BEGIN TASK DATA

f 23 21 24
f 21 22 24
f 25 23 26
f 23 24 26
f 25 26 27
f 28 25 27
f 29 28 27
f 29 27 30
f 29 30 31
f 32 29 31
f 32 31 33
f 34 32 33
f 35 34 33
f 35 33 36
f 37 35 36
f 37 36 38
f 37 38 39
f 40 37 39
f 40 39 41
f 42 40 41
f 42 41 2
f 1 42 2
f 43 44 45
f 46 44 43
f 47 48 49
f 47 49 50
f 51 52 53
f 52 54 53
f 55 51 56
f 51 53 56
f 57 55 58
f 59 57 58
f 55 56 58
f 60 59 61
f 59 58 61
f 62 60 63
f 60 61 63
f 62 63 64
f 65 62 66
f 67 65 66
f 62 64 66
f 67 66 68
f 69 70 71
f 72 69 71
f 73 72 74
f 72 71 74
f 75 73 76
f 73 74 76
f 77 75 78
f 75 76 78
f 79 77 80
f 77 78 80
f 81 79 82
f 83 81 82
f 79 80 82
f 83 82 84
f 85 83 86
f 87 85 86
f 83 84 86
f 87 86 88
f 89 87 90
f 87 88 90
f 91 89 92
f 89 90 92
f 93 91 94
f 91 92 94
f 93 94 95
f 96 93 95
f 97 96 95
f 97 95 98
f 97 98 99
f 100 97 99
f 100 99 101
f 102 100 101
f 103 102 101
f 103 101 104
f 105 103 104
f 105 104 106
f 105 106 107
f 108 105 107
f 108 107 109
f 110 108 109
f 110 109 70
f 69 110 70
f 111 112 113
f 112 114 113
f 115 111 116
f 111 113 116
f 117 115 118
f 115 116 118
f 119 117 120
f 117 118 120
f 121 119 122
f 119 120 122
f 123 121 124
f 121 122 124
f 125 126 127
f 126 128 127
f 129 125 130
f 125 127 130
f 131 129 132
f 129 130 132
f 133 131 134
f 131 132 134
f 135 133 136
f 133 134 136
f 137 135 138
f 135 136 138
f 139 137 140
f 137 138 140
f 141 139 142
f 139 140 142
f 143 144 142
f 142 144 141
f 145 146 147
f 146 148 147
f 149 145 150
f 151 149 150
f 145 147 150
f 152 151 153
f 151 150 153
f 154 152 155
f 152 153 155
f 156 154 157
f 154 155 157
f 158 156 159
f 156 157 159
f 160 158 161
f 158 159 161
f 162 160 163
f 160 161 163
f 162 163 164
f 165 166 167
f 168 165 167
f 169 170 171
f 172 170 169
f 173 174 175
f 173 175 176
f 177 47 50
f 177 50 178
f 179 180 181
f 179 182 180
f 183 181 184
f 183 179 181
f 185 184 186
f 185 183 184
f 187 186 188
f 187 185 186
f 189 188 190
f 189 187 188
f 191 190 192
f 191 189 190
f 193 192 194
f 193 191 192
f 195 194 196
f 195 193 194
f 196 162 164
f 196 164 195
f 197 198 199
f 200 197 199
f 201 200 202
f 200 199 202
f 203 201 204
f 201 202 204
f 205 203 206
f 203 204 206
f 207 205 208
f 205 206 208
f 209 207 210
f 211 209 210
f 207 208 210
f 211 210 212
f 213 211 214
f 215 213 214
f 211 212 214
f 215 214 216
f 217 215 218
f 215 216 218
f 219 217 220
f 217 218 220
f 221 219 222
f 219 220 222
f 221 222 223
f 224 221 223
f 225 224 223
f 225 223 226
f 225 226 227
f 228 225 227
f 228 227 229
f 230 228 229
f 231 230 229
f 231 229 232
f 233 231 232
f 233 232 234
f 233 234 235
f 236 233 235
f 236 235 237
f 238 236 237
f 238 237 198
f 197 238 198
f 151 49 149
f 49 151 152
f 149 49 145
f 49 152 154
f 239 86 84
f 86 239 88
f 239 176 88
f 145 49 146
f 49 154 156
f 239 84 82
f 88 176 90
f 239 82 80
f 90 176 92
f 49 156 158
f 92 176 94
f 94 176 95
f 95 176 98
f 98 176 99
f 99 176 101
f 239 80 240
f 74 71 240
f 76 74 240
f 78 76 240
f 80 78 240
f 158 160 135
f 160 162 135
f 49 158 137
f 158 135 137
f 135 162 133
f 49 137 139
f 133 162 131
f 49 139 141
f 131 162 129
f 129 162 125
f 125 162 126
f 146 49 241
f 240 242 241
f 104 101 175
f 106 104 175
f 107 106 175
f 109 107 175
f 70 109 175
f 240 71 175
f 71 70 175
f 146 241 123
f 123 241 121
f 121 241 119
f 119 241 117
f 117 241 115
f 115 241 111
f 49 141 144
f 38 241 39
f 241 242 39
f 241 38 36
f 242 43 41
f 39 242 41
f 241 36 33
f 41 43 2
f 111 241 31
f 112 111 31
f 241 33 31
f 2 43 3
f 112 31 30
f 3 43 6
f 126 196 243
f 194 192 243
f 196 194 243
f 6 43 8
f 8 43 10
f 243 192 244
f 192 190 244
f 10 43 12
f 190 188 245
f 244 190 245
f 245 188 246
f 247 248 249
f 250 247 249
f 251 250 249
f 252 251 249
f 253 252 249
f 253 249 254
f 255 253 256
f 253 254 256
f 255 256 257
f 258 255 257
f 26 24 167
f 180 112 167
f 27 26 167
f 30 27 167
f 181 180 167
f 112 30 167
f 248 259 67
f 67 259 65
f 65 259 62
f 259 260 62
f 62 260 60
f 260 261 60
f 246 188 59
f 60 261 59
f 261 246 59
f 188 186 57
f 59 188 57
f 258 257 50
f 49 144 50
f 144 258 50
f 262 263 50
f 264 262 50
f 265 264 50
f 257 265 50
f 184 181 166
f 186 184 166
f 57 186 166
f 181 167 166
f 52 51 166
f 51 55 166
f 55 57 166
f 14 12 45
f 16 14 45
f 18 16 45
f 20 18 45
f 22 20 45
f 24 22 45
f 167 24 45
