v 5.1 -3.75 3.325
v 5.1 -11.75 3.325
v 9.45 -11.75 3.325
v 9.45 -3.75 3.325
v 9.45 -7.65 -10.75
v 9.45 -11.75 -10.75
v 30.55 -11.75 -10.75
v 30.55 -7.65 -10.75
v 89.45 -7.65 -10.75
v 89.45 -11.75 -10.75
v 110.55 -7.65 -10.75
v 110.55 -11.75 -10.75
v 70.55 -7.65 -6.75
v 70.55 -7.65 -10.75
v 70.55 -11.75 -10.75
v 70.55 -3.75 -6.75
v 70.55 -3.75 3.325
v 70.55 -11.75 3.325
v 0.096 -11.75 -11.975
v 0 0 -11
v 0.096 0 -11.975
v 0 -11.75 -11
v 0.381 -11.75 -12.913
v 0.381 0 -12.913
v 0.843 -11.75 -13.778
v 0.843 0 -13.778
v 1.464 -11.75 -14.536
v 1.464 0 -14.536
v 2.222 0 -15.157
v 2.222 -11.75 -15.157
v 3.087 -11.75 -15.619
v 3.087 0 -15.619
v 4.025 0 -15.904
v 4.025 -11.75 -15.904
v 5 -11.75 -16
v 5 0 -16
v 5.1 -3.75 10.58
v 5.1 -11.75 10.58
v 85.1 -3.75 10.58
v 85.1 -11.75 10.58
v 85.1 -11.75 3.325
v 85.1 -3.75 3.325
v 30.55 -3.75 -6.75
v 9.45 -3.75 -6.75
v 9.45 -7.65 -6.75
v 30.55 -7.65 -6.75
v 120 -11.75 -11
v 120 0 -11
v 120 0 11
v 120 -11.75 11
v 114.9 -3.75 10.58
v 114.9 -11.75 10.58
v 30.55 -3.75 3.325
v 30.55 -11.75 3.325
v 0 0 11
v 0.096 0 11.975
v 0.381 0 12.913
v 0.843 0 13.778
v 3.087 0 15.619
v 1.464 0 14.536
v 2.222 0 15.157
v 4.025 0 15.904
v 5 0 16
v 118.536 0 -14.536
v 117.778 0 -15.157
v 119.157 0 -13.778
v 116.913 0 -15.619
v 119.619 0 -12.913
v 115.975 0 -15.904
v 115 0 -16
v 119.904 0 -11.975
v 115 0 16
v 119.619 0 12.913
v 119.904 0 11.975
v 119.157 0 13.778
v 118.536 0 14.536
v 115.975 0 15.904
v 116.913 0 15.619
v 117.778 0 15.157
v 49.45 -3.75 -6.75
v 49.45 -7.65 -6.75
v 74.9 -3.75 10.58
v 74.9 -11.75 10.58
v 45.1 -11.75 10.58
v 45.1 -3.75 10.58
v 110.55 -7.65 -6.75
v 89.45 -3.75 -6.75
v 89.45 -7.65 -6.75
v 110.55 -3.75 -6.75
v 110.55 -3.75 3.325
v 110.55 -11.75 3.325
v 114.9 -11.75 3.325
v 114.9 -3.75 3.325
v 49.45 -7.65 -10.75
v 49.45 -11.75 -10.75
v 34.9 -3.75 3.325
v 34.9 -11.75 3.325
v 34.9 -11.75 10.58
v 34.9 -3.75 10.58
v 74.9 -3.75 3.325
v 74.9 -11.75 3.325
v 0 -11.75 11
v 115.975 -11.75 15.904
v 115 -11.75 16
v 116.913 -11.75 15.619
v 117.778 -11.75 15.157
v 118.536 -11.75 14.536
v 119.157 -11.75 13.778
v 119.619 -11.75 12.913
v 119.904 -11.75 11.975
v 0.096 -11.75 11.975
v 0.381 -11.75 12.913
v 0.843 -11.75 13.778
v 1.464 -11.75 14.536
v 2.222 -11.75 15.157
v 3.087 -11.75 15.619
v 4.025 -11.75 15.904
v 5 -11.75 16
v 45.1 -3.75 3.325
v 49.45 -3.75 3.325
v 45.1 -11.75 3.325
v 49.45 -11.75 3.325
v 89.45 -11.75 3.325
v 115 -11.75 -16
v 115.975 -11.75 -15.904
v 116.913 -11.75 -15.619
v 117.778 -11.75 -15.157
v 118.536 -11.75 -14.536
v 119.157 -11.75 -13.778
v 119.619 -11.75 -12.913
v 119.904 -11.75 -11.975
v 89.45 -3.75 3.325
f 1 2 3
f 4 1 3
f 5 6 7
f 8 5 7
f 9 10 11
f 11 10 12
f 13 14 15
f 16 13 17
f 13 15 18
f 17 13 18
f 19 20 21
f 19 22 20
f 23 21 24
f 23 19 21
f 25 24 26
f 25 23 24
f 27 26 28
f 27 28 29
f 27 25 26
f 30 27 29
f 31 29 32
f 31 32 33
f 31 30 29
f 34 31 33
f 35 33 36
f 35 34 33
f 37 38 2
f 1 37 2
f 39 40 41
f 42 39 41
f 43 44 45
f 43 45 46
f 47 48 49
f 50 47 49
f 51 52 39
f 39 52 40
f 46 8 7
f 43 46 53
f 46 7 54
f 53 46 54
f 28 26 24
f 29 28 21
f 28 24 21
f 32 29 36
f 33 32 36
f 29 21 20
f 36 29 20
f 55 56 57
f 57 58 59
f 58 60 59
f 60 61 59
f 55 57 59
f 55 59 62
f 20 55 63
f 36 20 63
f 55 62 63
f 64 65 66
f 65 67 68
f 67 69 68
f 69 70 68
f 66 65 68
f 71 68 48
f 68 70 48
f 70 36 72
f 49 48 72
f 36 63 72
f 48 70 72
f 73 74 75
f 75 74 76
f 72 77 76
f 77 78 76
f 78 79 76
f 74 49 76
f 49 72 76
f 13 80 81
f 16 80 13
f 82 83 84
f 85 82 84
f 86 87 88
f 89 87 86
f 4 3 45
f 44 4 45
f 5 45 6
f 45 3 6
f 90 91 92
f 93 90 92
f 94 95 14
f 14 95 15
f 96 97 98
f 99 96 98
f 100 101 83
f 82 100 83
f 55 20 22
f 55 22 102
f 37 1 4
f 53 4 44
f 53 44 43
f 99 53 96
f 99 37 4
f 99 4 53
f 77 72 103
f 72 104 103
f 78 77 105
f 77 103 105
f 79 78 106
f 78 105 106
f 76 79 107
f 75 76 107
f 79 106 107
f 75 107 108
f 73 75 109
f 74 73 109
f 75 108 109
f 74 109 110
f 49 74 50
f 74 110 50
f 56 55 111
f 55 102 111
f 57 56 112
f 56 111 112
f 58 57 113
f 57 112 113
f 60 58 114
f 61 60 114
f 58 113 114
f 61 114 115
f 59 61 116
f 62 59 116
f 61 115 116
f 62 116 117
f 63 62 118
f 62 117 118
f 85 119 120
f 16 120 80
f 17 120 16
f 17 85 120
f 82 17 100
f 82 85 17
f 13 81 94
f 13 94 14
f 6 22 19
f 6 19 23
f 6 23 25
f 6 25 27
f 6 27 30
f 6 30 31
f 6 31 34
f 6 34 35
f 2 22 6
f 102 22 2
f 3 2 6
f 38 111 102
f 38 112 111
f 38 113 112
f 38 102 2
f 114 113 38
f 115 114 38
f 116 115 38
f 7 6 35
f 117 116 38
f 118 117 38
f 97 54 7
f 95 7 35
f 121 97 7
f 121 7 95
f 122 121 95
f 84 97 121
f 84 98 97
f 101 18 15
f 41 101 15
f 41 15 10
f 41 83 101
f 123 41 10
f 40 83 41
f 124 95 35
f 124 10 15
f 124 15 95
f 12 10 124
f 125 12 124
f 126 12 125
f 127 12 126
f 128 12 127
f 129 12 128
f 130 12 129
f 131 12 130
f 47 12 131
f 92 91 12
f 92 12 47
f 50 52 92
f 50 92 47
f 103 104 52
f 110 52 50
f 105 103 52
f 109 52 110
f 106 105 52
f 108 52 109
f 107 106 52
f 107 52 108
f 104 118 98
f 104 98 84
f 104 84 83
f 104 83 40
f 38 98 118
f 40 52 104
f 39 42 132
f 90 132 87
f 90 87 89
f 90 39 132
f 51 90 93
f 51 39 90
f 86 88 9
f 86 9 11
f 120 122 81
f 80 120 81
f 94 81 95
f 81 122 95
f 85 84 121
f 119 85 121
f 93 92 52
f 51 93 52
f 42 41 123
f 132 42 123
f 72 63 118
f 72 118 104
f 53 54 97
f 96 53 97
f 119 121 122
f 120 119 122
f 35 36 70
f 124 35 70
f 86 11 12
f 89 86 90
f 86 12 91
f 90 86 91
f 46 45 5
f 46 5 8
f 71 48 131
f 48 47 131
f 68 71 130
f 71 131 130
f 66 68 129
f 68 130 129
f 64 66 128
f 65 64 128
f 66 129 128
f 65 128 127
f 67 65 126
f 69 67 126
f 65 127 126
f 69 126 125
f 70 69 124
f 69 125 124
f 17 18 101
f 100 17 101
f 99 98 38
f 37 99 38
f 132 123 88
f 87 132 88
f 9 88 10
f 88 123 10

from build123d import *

# Parameters (mm, degrees)
F0_W     = 240
F0_H     = 32
F1_DEPTH = 11.75
F4_DEPTH = 8
F5_W     = 21.1
F5_H     = 4
F6_DEPTH = 3.9
F7_W     = 130
F7_H     = 80
F8_DEPTH = 30
F9_R     = 5


with BuildPart() as f1:
    # F0 (on Front) → F1 (new body)
    with BuildSketch(Plane.XZ):
        Rectangle(F0_W, F0_H)
    extrude(amount=F1_DEPTH)

    # F3 (on face) → F4 (cut)
    with BuildSketch(Plane.XZ.offset(11.75)):
        Polygon((114.9, 10.58), (85.1, 10.58), (85.1, 3.325), (89.45, 3.325), (89.45, -10.75), (110.55, -10.75), (110.55, 3.325), (114.9, 3.325), align=None)
        Polygon((74.9, 10.58), (45.1, 10.58), (45.1, 3.325), (49.45, 3.325), (49.45, -10.75), (70.55, -10.75), (70.55, 3.325), (74.9, 3.325), align=None)
        Polygon((34.9, 10.58), (5.1, 10.58), (5.1, 3.325), (9.45, 3.325), (9.45, -10.75), (30.55, -10.75), (30.55, 3.325), (34.9, 3.325), align=None)
        Polygon((-5.1, 10.58), (-34.9, 10.58), (-34.9, 3.325), (-30.55, 3.325), (-30.55, -10.75), (-9.45, -10.75), (-9.45, 3.325), (-5.1, 3.325), align=None)
        Polygon((-45.1, 10.58), (-74.9, 10.58), (-74.9, 3.325), (-70.55, 3.325), (-70.55, -10.75), (-49.45, -10.75), (-49.45, 3.325), (-45.1, 3.325), align=None)
        Polygon((-85.1, 10.58), (-114.9, 10.58), (-114.9, 3.325), (-110.55, 3.325), (-110.55, -10.75), (-89.45, -10.75), (-89.45, 3.325), (-85.1, 3.325), align=None)
    extrude(amount=-F4_DEPTH, mode=Mode.SUBTRACT)

    # F5 (on face) → F6 (join)
    with BuildSketch(Plane.XZ.offset(3.75)):
        with Locations((100, -8.75)):
            Rectangle(F5_W, F5_H)
        with Locations((60, -8.75)):
            Rectangle(F5_W, F5_H)
        with Locations((20, -8.75)):
            Rectangle(F5_W, F5_H)
        with Locations((-20, -8.75)):
            Rectangle(F5_W, F5_H)
        with Locations((-60, -8.75)):
            Rectangle(F5_W, F5_H)
        with Locations((-100, -8.75)):
            Rectangle(F5_W, F5_H)
    extrude(amount=F6_DEPTH)

    # F7 (on Front) → F8 (cut)
    with BuildSketch(Plane.XZ):
        with Locations((-65, 0.10457)):
            Rectangle(F7_W, F7_H)
    extrude(amount=F8_DEPTH, mode=Mode.SUBTRACT)

    # F9
    f9_edges = [f1.edges().sort_by_distance(p)[0] for p in [
        (120, -5.875, -16),
        (120, -5.875, 16),
        (0, -5.875, -16),
        (0, -5.875, 16),
    ]]
    fillet(f9_edges, radius=F9_R)


solid = f1.part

END TASK DATA

■ **TASK INSTRUCTIONS**: The response must hold only the lines above from the line with "f 74 110 50" through the line with "f 88 123 10", each copied exactly, both ends kept.

■ **RESPONSE**:
f 74 110 50
f 56 55 111
f 55 102 111
f 57 56 112
f 56 111 112
f 58 57 113
f 57 112 113
f 60 58 114
f 61 60 114
f 58 113 114
f 61 114 115
f 59 61 116
f 62 59 116
f 61 115 116
f 62 116 117
f 63 62 118
f 62 117 118
f 85 119 120
f 16 120 80
f 17 120 16
f 17 85 120
f 82 17 100
f 82 85 17
f 13 81 94
f 13 94 14
f 6 22 19
f 6 19 23
f 6 23 25
f 6 25 27
f 6 27 30
f 6 30 31
f 6 31 34
f 6 34 35
f 2 22 6
f 102 22 2
f 3 2 6
f 38 111 102
f 38 112 111
f 38 113 112
f 38 102 2
f 114 113 38
f 115 114 38
f 116 115 38
f 7 6 35
f 117 116 38
f 118 117 38
f 97 54 7
f 95 7 35
f 121 97 7
f 121 7 95
f 122 121 95
f 84 97 121
f 84 98 97
f 101 18 15
f 41 101 15
f 41 15 10
f 41 83 101
f 123 41 10
f 40 83 41
f 124 95 35
f 124 10 15
f 124 15 95
f 12 10 124
f 125 12 124
f 126 12 125
f 127 12 126
f 128 12 127
f 129 12 128
f 130 12 129
f 131 12 130
f 47 12 131
f 92 91 12
f 92 12 47
f 50 52 92
f 50 92 47
f 103 104 52
f 110 52 50
f 105 103 52
f 109 52 110
f 106 105 52
f 108 52 109
f 107 106 52
f 107 52 108
f 104 118 98
f 104 98 84
f 104 84 83
f 104 83 40
f 38 98 118
f 40 52 104
f 39 42 132
f 90 132 87
f 90 87 89
f 90 39 132
f 51 90 93
f 51 39 90
f 86 88 9
f 86 9 11
f 120 122 81
f 80 120 81
f 94 81 95
f 81 122 95
f 85 84 121
f 119 85 121
f 93 92 52
f 51 93 52
f 42 41 123
f 132 42 123
f 72 63 118
f 72 118 104
f 53 54 97
f 96 53 97
f 119 121 122
f 120 119 122
f 35 36 70
f 124 35 70
f 86 11 12
f 89 86 90
f 86 12 91
f 90 86 91
f 46 45 5
f 46 5 8
f 71 48 131
f 48 47 131
f 68 71 130
f 71 131 130
f 66 68 129
f 68 130 129
f 64 66 128
f 65 64 128
f 66 129 128
f 65 128 127
f 67 65 126
f 69 67 126
f 65 127 126
f 69 126 125
f 70 69 124
f 69 125 124
f 17 18 101
f 100 17 101
f 99 98 38
f 37 99 38
f 132 123 88
f 87 132 88
f 9 88 10
f 88 123 10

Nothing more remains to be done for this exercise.